By 1968 he had taken over the reins of at times controversial current affairs show Compass, where he managed to secure the first extended TV interview with Prince Philip. The royal interview was seen as such a coup, it was printed in full in The Dominion newspaper the next morning. Scott-Smith also produced and directed documentaries about horse breeding (Coming into Line), marathons, and the Feltex-nominated Making of an All Black.
Compass successor Survey went to air in 1970. Scott-Smith worked on the show variously as a reporter, producer and director. He remembered Survey as “a time when the locally-made documentary stood tall. It was experimental, popular and expanded our horizons”. It also gave Scott-Smith the “privilege” of commissioning pieces from a run of talented independent filmmakers — including John O’Shea, Barry Barclay, Tony Williams and Roger Donaldson (whose first encounter with DIY motorcyclist Burt Munro was screened on Survey).

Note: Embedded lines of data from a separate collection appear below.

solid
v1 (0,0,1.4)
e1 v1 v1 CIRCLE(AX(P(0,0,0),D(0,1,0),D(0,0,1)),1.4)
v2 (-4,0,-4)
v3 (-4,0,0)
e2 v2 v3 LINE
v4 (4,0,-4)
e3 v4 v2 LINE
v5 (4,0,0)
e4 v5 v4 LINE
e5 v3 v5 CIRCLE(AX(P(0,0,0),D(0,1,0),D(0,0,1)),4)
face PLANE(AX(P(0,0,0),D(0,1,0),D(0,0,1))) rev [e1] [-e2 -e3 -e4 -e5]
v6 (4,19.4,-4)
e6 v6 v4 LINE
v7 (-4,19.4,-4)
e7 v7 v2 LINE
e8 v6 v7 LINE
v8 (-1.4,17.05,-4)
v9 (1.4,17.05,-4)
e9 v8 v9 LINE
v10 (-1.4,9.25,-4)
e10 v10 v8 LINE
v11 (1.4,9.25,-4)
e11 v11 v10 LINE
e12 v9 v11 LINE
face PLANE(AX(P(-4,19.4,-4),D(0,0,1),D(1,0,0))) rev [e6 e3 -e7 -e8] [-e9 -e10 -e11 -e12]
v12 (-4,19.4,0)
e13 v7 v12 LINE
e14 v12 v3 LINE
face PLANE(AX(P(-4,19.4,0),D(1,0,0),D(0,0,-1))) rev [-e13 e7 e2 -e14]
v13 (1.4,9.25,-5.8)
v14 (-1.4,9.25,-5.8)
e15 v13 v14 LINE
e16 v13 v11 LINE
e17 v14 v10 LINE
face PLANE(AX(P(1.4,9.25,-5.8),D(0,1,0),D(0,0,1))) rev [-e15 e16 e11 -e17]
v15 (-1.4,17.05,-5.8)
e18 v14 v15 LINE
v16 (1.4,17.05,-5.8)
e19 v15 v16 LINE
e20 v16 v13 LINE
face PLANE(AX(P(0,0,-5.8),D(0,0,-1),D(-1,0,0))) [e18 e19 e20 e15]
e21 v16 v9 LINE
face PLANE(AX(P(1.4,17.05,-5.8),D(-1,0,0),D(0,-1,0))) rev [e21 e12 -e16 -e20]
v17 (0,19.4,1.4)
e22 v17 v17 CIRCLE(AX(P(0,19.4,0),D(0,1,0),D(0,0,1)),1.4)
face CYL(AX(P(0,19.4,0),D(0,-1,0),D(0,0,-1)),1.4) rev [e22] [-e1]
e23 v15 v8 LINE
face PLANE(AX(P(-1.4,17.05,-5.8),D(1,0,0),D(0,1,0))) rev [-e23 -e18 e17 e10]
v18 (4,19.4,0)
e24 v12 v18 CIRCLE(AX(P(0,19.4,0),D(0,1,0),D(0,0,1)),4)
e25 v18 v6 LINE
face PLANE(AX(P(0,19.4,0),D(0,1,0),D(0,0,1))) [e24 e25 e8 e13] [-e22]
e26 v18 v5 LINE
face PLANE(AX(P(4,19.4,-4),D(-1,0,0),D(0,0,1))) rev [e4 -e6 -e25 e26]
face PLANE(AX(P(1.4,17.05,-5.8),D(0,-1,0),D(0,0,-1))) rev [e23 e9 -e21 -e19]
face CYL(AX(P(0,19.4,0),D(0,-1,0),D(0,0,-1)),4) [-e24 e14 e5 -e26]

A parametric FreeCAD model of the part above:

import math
import FreeCAD as App
import Part
import Sketcher
Q = App.Units.Quantity

doc = App.newDocument("Part")
body = doc.addObject("PartDesign::Body", "Body")

sketch1 = body.newObject("Sketcher::SketchObject", "Sketch")
sketch1.AttachmentSupport = (doc.getObject("XZ_Plane"), [""])
sketch1.MapMode = "FlatFace"
sketch1.addGeometry([
    Part.LineSegment(App.Vector(-4, -4, 0), App.Vector(-4, 0, 0)),
    Part.ArcOfCircle(Part.Circle(App.Vector(0, 0, 0), App.Vector(0, 0, 1), 4), math.radians(0), math.radians(180)),
    Part.LineSegment(App.Vector(4, 0, 0), App.Vector(4, -4, 0)),
    Part.LineSegment(App.Vector(4, -4, 0), App.Vector(-4, -4, 0)),
    Part.Circle(App.Vector(0, 0, 0), App.Vector(0, 0, 1), 1.4),
], False)
sketch1.addConstraint([
    Sketcher.Constraint("Tangent", 0, 2, 1, 2),
    Sketcher.Constraint("Tangent", 1, 1, 2, 1),
    Sketcher.Constraint("Coincident", 2, 2, 3, 1),
    Sketcher.Constraint("Coincident", 3, 2, 0, 1),
    Sketcher.Constraint("Vertical", 0),
    Sketcher.Constraint("Vertical", 2),
    Sketcher.Constraint("Horizontal", 3),
    Sketcher.Constraint("Coincident", 1, 3, -1, 1),
    Sketcher.Constraint("Coincident", 4, 3, -1, 1),
    Sketcher.Constraint("Radius", 1, Q("4 mm")),
    Sketcher.Constraint("Diameter", 4, Q("2.8 mm")),
    Sketcher.Constraint("DistanceY", 0, 1, 0, 2, Q("4 mm")),
])
pad1 = body.newObject("PartDesign::Pad", "Pad")
pad1.Profile = sketch1
pad1.Length = 19.4
pad1.Reversed = True

sketch2 = body.newObject("Sketcher::SketchObject", "Sketch001")
sketch2.AttachmentSupport = (doc.getObject("XY_Plane"), [""])
sketch2.MapMode = "FlatFace"
sketch2.AttachmentOffset = App.Placement(App.Vector(0, 0, -4), App.Rotation())
sketch2.addGeometry([
    Part.LineSegment(App.Vector(1.4, 17.1, 0), App.Vector(1.4, 9.2, 0)),
    Part.LineSegment(App.Vector(1.4, 9.2, 0), App.Vector(-1.4, 9.2, 0)),
    Part.LineSegment(App.Vector(-1.4, 9.2, 0), App.Vector(-1.4, 17.1, 0)),
    Part.LineSegment(App.Vector(-1.4, 17.1, 0), App.Vector(1.4, 17.1, 0)),
], False)
sketch2.addConstraint([
    Sketcher.Constraint("Coincident", 0, 2, 1, 1),
    Sketcher.Constraint("Coincident", 1, 2, 2, 1),
    Sketcher.Constraint("Coincident", 2, 2, 3, 1),
    Sketcher.Constraint("Coincident", 3, 2, 0, 1),
    Sketcher.Constraint("Vertical", 0),
    Sketcher.Constraint("Horizontal", 1),
    Sketcher.Constraint("Vertical", 2),
    Sketcher.Constraint("Horizontal", 3),
    Sketcher.Constraint("DistanceX", 1, 2, 1, 1, Q("2.8 mm")),
    Sketcher.Constraint("DistanceY", 0, 2, 0, 1, Q("7.8 mm")),
    Sketcher.Constraint("DistanceX", -1, 1, 0, 2, Q("1.4 mm")),
    Sketcher.Constraint("DistanceY", -1, 1, 0, 2, Q("9.25 mm")),
])
pad2 = body.newObject("PartDesign::Pad", "Pad001")
pad2.Profile = sketch2
pad2.Length = 1.8
pad2.Reversed = True

doc.recompute()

Screen historian Roger Horrocks has credited Scott-Smith as one of the few local TV administrators to recognise the originality that indie filmmakers could offer. Fellow historian Trisha Dunleavy argues he played “a pivotal role” in developing the NZBC’s relationship with the independents. Tony Williams, one of the indie directors who Scott-Smith invited into the fold, recalls him as "a breath of fresh air at a time when New Zealand TV had been bogged down with mediocre, somewhat amateurish local programmes". Williams argues that Scott-Smith introduced the BBC school of documentary filmmaking to Kiwis, which bypassed on-screen journalists and formulaic voice-overs in favour of a "pure documentary style, which allowed the audience to discover their own intrepretation as images unfolded".

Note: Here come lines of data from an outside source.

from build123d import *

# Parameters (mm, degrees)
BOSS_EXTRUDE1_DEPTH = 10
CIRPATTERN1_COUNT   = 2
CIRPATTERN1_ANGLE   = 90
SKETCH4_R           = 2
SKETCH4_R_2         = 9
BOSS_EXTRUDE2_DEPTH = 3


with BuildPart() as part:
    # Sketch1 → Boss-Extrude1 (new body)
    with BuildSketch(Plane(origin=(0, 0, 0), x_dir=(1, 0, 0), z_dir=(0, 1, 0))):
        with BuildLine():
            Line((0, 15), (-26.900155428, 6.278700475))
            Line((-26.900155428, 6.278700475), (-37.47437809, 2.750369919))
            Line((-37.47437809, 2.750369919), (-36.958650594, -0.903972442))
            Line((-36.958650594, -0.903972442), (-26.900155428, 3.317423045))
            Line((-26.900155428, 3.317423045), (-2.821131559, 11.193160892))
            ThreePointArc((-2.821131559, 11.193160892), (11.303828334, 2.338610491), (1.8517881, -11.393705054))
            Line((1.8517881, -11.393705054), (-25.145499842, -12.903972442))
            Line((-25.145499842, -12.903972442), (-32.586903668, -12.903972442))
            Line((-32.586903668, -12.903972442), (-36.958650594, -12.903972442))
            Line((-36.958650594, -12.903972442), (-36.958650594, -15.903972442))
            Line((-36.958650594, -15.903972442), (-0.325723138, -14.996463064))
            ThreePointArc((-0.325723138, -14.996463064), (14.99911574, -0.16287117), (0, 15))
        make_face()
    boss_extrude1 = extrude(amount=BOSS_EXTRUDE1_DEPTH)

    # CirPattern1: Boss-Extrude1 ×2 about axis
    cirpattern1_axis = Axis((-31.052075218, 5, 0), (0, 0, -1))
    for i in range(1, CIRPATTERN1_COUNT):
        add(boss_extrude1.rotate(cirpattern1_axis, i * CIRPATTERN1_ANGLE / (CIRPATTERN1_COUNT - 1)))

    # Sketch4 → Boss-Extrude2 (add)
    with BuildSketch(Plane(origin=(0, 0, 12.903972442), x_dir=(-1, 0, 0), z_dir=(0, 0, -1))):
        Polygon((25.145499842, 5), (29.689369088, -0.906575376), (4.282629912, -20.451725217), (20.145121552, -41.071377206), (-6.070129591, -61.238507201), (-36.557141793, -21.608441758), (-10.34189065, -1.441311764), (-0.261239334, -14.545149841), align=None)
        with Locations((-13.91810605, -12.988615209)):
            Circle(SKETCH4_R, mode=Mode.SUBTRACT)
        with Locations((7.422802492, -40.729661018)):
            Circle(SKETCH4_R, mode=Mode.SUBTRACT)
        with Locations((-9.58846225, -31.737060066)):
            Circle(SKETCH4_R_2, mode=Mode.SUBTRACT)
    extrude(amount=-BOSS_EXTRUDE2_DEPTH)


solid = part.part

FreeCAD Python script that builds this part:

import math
import FreeCAD as App
import Part
import Sketcher
from FreeCAD import Vector
Q = App.Units.Quantity


def add_polygon(sketch, points):
    """Adds a closed chain of lines whose ends are joined by coincident constraints."""
    first, n = sketch.GeometryCount, len(points)
    for a, b in zip(points, points[1:] + points[:1]):
        sketch.addGeometry(Part.LineSegment(App.Vector(*a, 0), App.Vector(*b, 0)), False)
    for i in range(n):
        sketch.addConstraint(Sketcher.Constraint("Coincident", first + i, 2, first + (i + 1) % n, 1))

doc = App.newDocument("Part")
body = doc.addObject("PartDesign::Body", "Body")

# Sketch on XZ plane
sketch1 = doc.addObject("Sketcher::SketchObject", "Sketch")
body.addObject(sketch1)
sketch1.AttachmentSupport = (doc.XZ_Plane, [""])
sketch1.MapMode = "FlatFace"
sketch1.addGeometry(Part.LineSegment(Vector(0, -15, 0), Vector(-26.900155, -6.2787, 0)), False)
sketch1.addGeometry(Part.LineSegment(Vector(-26.900155, -6.2787, 0), Vector(-37.474378, -2.75037, 0)), False)
sketch1.addGeometry(Part.LineSegment(Vector(-37.474378, -2.75037, 0), Vector(-36.958651, 0.903972, 0)), False)
sketch1.addGeometry(Part.LineSegment(Vector(-36.958651, 0.903972, 0), Vector(-26.900155, -3.317423, 0)), False)
sketch1.addGeometry(Part.LineSegment(Vector(-26.900155, -3.317423, 0), Vector(-2.821132, -11.193161, 0)), False)
sketch1.addGeometry(Part.ArcOfCircle(Part.Circle(Vector(0, 0, 0), Vector(0, 0, 1), 11.543207), math.radians(-104.146234), math.radians(80.76859)), False)
sketch1.addGeometry(Part.LineSegment(Vector(1.851788, 11.393705, 0), Vector(-25.1455, 12.903972, 0)), False)
sketch1.addGeometry(Part.LineSegment(Vector(-25.1455, 12.903972, 0), Vector(-36.958651, 12.903972, 0)), False)
sketch1.addGeometry(Part.LineSegment(Vector(-36.958651, 12.903972, 0), Vector(-36.958651, 15.903972, 0)), False)
sketch1.addGeometry(Part.LineSegment(Vector(-36.958651, 15.903972, 0), Vector(-0.325723, 14.996463, 0)), False)
sketch1.addGeometry(Part.ArcOfCircle(Part.Circle(Vector(0, 0, 0), Vector(0, 0, 1), 15), math.radians(-90), math.radians(91.244269)), False)
sketch1.addConstraint(Sketcher.Constraint("Coincident", 0, 2, 1, 1))
sketch1.addConstraint(Sketcher.Constraint("Coincident", 1, 2, 2, 1))
sketch1.addConstraint(Sketcher.Constraint("Coincident", 2, 2, 3, 1))
sketch1.addConstraint(Sketcher.Constraint("Coincident", 3, 2, 4, 1))
sketch1.addConstraint(Sketcher.Constraint("Coincident", 4, 2, 5, 1))
sketch1.addConstraint(Sketcher.Constraint("Coincident", 5, 2, 6, 1))
sketch1.addConstraint(Sketcher.Constraint("Coincident", 6, 2, 7, 1))
sketch1.addConstraint(Sketcher.Constraint("Coincident", 7, 2, 8, 1))
sketch1.addConstraint(Sketcher.Constraint("Coincident", 8, 2, 9, 1))
sketch1.addConstraint(Sketcher.Constraint("Coincident", 9, 2, 10, 2))
sketch1.addConstraint(Sketcher.Constraint("Coincident", 10, 1, 0, 1))
sketch1.addConstraint(Sketcher.Constraint("Horizontal", 7))
sketch1.addConstraint(Sketcher.Constraint("Vertical", 8))
sketch1.addConstraint(Sketcher.Constraint("Coincident", 5, 3, -1, 1))
sketch1.addConstraint(Sketcher.Constraint("Coincident", 10, 3, -1, 1))
sketch1.addConstraint(Sketcher.Constraint("PointOnObject", 10, 1, -2))
sketch1.addConstraint(Sketcher.Constraint("Vertical", 0, 2, 3, 2))
sketch1.addConstraint(Sketcher.Constraint("Vertical", 2, 2, 7, 2))
sketch1.addConstraint(Sketcher.Constraint("Radius", 10, Q("15 mm")))
sketch1.addConstraint(Sketcher.Constraint("DistanceY", 8, 1, 8, 2, Q("3 mm")))
sketch1.addConstraint(Sketcher.Constraint("DistanceY", 2, 2, 6, 2, Q("12 mm")))
sketch1.addConstraint(Sketcher.Constraint("Radius", 5, Q("11.543207 mm")))
sketch1.addConstraint(Sketcher.Constraint("Distance", 6, Q("27.039498 mm")))
sketch1.addConstraint(Sketcher.Constraint("DistanceX", 7, 2, 7, 1, Q("11.813151 mm")))
sketch1.addConstraint(Sketcher.Constraint("DistanceY", 0, 2, -1, 1, Q("6.2787 mm")))
sketch1.addConstraint(Sketcher.Constraint("DistanceX", 6, 2, -1, 1, Q("25.1455 mm")))
sketch1.addConstraint(Sketcher.Constraint("DistanceX", 1, 2, -1, 1, Q("37.474378 mm")))
sketch1.addConstraint(Sketcher.Constraint("DistanceY", 1, 2, -1, 1, Q("2.75037 mm")))
sketch1.addConstraint(Sketcher.Constraint("DistanceX", 4, 2, -1, 1, Q("2.821132 mm")))
sketch1.addConstraint(Sketcher.Constraint("DistanceY", 3, 2, 5, 2, Q("14.711128 mm")))
sketch1.addConstraint(Sketcher.Constraint("DistanceX", 9, 2, 5, 2, Q("2.177511 mm")))
sketch1.addConstraint(Sketcher.Constraint("DistanceY", 6, 2, 9, 2, Q("2.092491 mm")))
sketch1.addConstraint(Sketcher.Constraint("Distance", 0, Q("28.278604 mm")))
pad1 = doc.addObject("PartDesign::Pad", "Pad")
body.addObject(pad1)
pad1.Profile = sketch1
pad1.Length = 10
pad1.Reversed = True
doc.recompute()

datumline = doc.addObject("PartDesign::Line", "DatumLine")
body.addObject(datumline)
datumline.Placement = App.Placement(Vector(-31.052075, 5, 0), App.Rotation(Vector(0, 0, 1), Vector(0, 0, -1)))
polarpattern = doc.addObject("PartDesign::PolarPattern", "PolarPattern")
body.addObject(polarpattern)
polarpattern.Originals = [pad1]
polarpattern.Axis = (datumline, [""])
polarpattern.Angle = 90
polarpattern.Occurrences = 2
body.Tip = polarpattern

# Sketch on XY plane
sketch2 = doc.addObject("Sketcher::SketchObject", "Sketch001")
body.addObject(sketch2)
sketch2.AttachmentSupport = (doc.XY_Plane, [""])
sketch2.MapMode = "FlatFace"
sketch2.AttachmentOffset = App.Placement(Vector(0, 0, 12.903972), App.Rotation())
add_polygon(sketch2, [(-29.689369, -0.906575), (-25.1455, 5), (0.261239, -14.54515), (10.341891, -1.441312), (36.557142, -21.608442), (6.07013, -61.238507), (-20.145122, -41.071377), (-4.28263, -20.451725)])  # lines 0-7
sketch2.addGeometry(Part.Circle(Vector(-7.422802, -40.729661, 0), Vector(0, 0, 1), 2), False)  # 8
sketch2.addGeometry(Part.Circle(Vector(9.588462, -31.73706, 0), Vector(0, 0, 1), 9), False)  # 9
sketch2.addGeometry(Part.Circle(Vector(13.918106, -12.988615, 0), Vector(0, 0, 1), 2), False)  # 10
sketch2.addConstraint(Sketcher.Constraint("Equal", 8, 10))
sketch2.addConstraint(Sketcher.Constraint("Perpendicular", 0, 1))
sketch2.addConstraint(Sketcher.Constraint("Perpendicular", 1, 2))
sketch2.addConstraint(Sketcher.Constraint("Perpendicular", 2, 3))
sketch2.addConstraint(Sketcher.Constraint("Perpendicular", 3, 4))
sketch2.addConstraint(Sketcher.Constraint("Perpendicular", 4, 5))
sketch2.addConstraint(Sketcher.Constraint("Perpendicular", 5, 6))
sketch2.addConstraint(Sketcher.Constraint("Perpendicular", 6, 7))
sketch2.addConstraint(Sketcher.Constraint("Equal", 3, 5))
sketch2.addConstraint(Sketcher.Constraint("Diameter", 8, Q("4 mm")))
sketch2.addConstraint(Sketcher.Constraint("Diameter", 9, Q("18 mm")))
sketch2.addConstraint(Sketcher.Constraint("Distance", 4, Q("50 mm")))
sketch2.addConstraint(Sketcher.Constraint("DistanceY", -1, 1, 0, 2, Q("5 mm")))
sketch2.addConstraint(Sketcher.Constraint("Distance", 2, Q("16.532698 mm")))
sketch2.addConstraint(Sketcher.Constraint("DistanceX", 0, 2, -1, 1, Q("25.1455 mm")))
sketch2.addConstraint(Sketcher.Constraint("DistanceY", 8, 3, 9, 3, Q("8.992601 mm")))
sketch2.addConstraint(Sketcher.Constraint("DistanceY", 5, 2, 7, 2, Q("40.164802 mm")))
sketch2.addConstraint(Sketcher.Constraint("Distance", 0, Q("7.452139 mm")))
sketch2.addConstraint(Sketcher.Constraint("Distance", 1, Q("32.054879 mm")))
sketch2.addConstraint(Sketcher.Constraint("DistanceY", 8, 3, -1, 1, Q("40.729661 mm")))
sketch2.addConstraint(Sketcher.Constraint("DistanceX", -1, 1, 3, 2, Q("36.557142 mm")))
sketch2.addConstraint(Sketcher.Constraint("DistanceX", 8, 3, 10, 3, Q("21.340909 mm")))
sketch2.addConstraint(Sketcher.Constraint("DistanceX", 8, 3, 1, 2, Q("7.684042 mm")))
sketch2.addConstraint(Sketcher.Constraint("DistanceX", 9, 3, 2, 2, Q("0.753428 mm")))
sketch2.addConstraint(Sketcher.Constraint("DistanceY", 4, 2, 10, 3, Q("48.249892 mm")))
pad2 = doc.addObject("PartDesign::Pad", "Pad001")
body.addObject(pad2)
pad2.Profile = sketch2
pad2.Length = 3

doc.recompute()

Roger Horrocks has described the 1971-1974 period as a golden age for independent filmmakers, arguing that Scott-Smith gave his Survey contributors "a great deal of freedom and a relatively large budget (approximately $12,000 to $15,000 per programme)”. Scott-Smith also helped shepherd cutting edge social drama Gone Up North for a While, which won accolades for the vision of director Paul Maunder.
Amongst his own work for Survey, Scott-Smith counted as personal highlights pieces on runaway Children (Concern for Safety), foster care, gambling (Are you a Gambler) and loneliness. He also won a Best News/Current Affairs Feltex Award for his coverage of the 1972 election, the year Norman Kirk swept into power.

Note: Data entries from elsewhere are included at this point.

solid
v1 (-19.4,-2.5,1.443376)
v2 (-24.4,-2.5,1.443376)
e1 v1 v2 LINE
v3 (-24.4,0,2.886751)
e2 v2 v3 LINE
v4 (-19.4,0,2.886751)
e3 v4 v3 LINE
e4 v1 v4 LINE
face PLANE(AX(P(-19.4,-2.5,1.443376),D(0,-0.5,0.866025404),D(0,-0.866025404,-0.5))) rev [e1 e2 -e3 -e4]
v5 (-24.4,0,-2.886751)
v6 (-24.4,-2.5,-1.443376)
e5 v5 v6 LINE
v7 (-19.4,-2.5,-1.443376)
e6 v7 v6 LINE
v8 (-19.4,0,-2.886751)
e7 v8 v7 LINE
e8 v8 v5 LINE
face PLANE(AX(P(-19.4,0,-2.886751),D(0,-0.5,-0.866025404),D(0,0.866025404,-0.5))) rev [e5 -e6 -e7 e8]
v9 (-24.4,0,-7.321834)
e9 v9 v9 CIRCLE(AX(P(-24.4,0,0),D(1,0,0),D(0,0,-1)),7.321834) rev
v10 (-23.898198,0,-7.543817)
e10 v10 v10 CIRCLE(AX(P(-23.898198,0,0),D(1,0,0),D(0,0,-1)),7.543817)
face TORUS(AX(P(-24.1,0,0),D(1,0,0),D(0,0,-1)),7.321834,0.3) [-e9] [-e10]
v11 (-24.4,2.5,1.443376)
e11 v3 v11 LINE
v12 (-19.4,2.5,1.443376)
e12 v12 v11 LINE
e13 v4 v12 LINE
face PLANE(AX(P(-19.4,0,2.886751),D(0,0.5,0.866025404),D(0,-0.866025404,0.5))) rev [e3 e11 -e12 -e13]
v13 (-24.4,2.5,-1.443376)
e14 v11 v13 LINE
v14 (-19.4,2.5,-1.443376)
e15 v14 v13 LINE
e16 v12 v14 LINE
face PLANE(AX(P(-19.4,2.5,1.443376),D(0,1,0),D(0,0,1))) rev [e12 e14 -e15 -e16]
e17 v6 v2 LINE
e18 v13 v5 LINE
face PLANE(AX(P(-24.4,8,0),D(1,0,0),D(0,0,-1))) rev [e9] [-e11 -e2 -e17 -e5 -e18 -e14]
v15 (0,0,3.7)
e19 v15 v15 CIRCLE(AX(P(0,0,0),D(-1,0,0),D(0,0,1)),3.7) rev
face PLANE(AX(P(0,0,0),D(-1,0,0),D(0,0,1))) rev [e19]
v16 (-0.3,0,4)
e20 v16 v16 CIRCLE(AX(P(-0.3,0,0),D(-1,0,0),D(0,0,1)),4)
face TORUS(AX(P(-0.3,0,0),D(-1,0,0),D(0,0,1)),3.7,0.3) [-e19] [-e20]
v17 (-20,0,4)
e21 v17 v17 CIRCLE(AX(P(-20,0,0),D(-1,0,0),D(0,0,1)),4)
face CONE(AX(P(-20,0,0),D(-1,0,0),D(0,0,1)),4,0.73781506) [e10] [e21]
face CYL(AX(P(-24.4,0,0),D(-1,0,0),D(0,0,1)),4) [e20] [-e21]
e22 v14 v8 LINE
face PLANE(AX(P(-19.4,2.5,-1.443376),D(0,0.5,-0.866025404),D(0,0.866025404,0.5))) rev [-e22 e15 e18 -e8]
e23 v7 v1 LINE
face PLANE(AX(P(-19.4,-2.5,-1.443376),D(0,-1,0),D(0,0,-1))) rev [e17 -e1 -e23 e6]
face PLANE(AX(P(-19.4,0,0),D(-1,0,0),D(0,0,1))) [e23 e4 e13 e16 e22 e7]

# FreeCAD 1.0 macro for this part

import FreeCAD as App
import Part
import Sketcher

V = App.Vector
Q = App.Units.Quantity


def edges_at(feature, points):
    """Names of the edges that pass closest to the given points."""
    edges = feature.Shape.Edges
    near = lambda p: min(range(len(edges)), key=lambda i: edges[i].distToShape(Part.Vertex(*p))[0])
    return sorted({f"Edge{near(p) + 1}" for p in points})

doc = App.newDocument("Part")
body = doc.addObject("PartDesign::Body", "Body")

# Sketch on XY plane
sketch1 = doc.addObject("Sketcher::SketchObject", "Sketch")
body.addObject(sketch1)
sketch1.AttachmentSupport = (doc.XY_Plane, [""])
sketch1.MapMode = "FlatFace"
sketch1.addGeometry(Part.LineSegment(V(0, 0, 0), V(0, 4, 0)), False)
sketch1.addGeometry(Part.LineSegment(V(0, 4, 0), V(-20, 4, 0)), False)
sketch1.addGeometry(Part.LineSegment(V(-20, 4, 0), V(-24.4, 8, 0)), False)
sketch1.addGeometry(Part.LineSegment(V(-24.4, 8, 0), V(-24.4, 0, 0)), False)
sketch1.addGeometry(Part.LineSegment(V(-24.4, 0, 0), V(0, 0, 0)), False)
sketch1.addConstraint(Sketcher.Constraint("Coincident", 0, 2, 1, 1))
sketch1.addConstraint(Sketcher.Constraint("Coincident", 1, 2, 2, 1))
sketch1.addConstraint(Sketcher.Constraint("Coincident", 2, 2, 3, 1))
sketch1.addConstraint(Sketcher.Constraint("Coincident", 3, 2, 4, 1))
sketch1.addConstraint(Sketcher.Constraint("Coincident", 4, 2, 0, 1))
sketch1.addConstraint(Sketcher.Constraint("Vertical", 0))
sketch1.addConstraint(Sketcher.Constraint("Horizontal", 1))
sketch1.addConstraint(Sketcher.Constraint("Vertical", 3))
sketch1.addConstraint(Sketcher.Constraint("Horizontal", 4))
sketch1.addConstraint(Sketcher.Constraint("Coincident", 4, 2, -1, 1))
sketch1.addConstraint(Sketcher.Constraint("DistanceX", 1, 2, 1, 1, Q("20 mm")))
sketch1.addConstraint(Sketcher.Constraint("DistanceY", 0, 1, 0, 2, Q("4 mm")))
sketch1.addConstraint(Sketcher.Constraint("DistanceY", 3, 2, 3, 1, Q("8 mm")))
sketch1.addConstraint(Sketcher.Constraint("DistanceX", 4, 1, 4, 2, Q("24.4 mm")))
revolution = doc.addObject("PartDesign::Revolution", "Revolution")
body.addObject(revolution)
revolution.Profile = sketch1
revolution.ReferenceAxis = (sketch1, ["H_Axis"])
revolution.Angle = 360

# Sketch on YZ plane
sketch2 = doc.addObject("Sketcher::SketchObject", "Sketch001")
body.addObject(sketch2)
sketch2.AttachmentSupport = (doc.YZ_Plane, [""])
sketch2.MapMode = "FlatFace"
sketch2.AttachmentOffset = App.Placement(V(0, 0, -24.4), App.Rotation())
sketch2.addGeometry(Part.LineSegment(V(0, 2.886751, 0), V(2.5, 1.443376, 0)), False)
sketch2.addGeometry(Part.LineSegment(V(2.5, 1.443376, 0), V(2.5, -1.443376, 0)), False)
sketch2.addGeometry(Part.LineSegment(V(2.5, -1.443376, 0), V(0, -2.886751, 0)), False)
sketch2.addGeometry(Part.LineSegment(V(0, -2.886751, 0), V(-2.5, -1.443376, 0)), False)
sketch2.addGeometry(Part.LineSegment(V(-2.5, -1.443376, 0), V(-2.5, 1.443376, 0)), False)
sketch2.addGeometry(Part.LineSegment(V(-2.5, 1.443376, 0), V(0, 2.886751, 0)), False)
sketch2.addConstraint(Sketcher.Constraint("Coincident", 0, 2, 1, 1))
sketch2.addConstraint(Sketcher.Constraint("Coincident", 1, 2, 2, 1))
sketch2.addConstraint(Sketcher.Constraint("Coincident", 2, 2, 3, 1))
sketch2.addConstraint(Sketcher.Constraint("Coincident", 3, 2, 4, 1))
sketch2.addConstraint(Sketcher.Constraint("Coincident", 4, 2, 5, 1))
sketch2.addConstraint(Sketcher.Constraint("Coincident", 5, 2, 0, 1))
sketch2.addConstraint(Sketcher.Constraint("Vertical", 1))
sketch2.addConstraint(Sketcher.Constraint("Vertical", 4))
sketch2.addConstraint(Sketcher.Constraint("Symmetric", 0, 2, 3, 2, -1, 1))
sketch2.addConstraint(Sketcher.Constraint("Symmetric", 2, 2, 5, 2, -1, 1))
sketch2.addConstraint(Sketcher.Constraint("PointOnObject", 2, 2, -2))
sketch2.addConstraint(Sketcher.Constraint("Parallel", 2, 5))
sketch2.addConstraint(Sketcher.Constraint("Horizontal", 1, 2, 3, 2))
sketch2.addConstraint(Sketcher.Constraint("Angle", 0, Q("-30 deg")))
sketch2.addConstraint(Sketcher.Constraint("DistanceX", 3, 2, 1, 2, Q("5 mm")))
sketch2.addConstraint(Sketcher.Constraint("DistanceY", 1, 2, 1, 1, Q("2.886751 mm")))
pocket1 = doc.addObject("PartDesign::Pocket", "Pocket")
body.addObject(pocket1)
pocket1.Profile = sketch2
pocket1.Length = 5
pocket1.Reversed = True
doc.recompute()

fillet = doc.addObject("PartDesign::Fillet", "Fillet")
body.addObject(fillet)
fillet.Base = (pocket1, edges_at(pocket1, [(-24.4, 0, -8), (0, 0, -4)]))
fillet.Radius = 0.3

doc.recompute()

By 1975, the rush of new productions was seeping through into drama, alongside other transformations in local television. That year the NZ Broadcasting Corporation was split into two, initially competing, channels. Scott-Smith recalled it as a golden age, where the old schisms between management executives and producers began to break down. Two former producer/directors became director general, and Scott-Smith himself was named TV1’s new head of drama (opposite John McRae, who commanded drama at the new second channel).
Earlier Scott-Smith had helped instigate depression-era serial The Longest Winter, one of a trio of dramas from the talented Michael Noonan/Tony Isaac team. Now the trio inherited the task of launching pioneering soap Close to Home. The show went on air two nights a week, after Scott-Smith managed to talk down superiors who told him they wanted “a soap, and we want it seven days a week”.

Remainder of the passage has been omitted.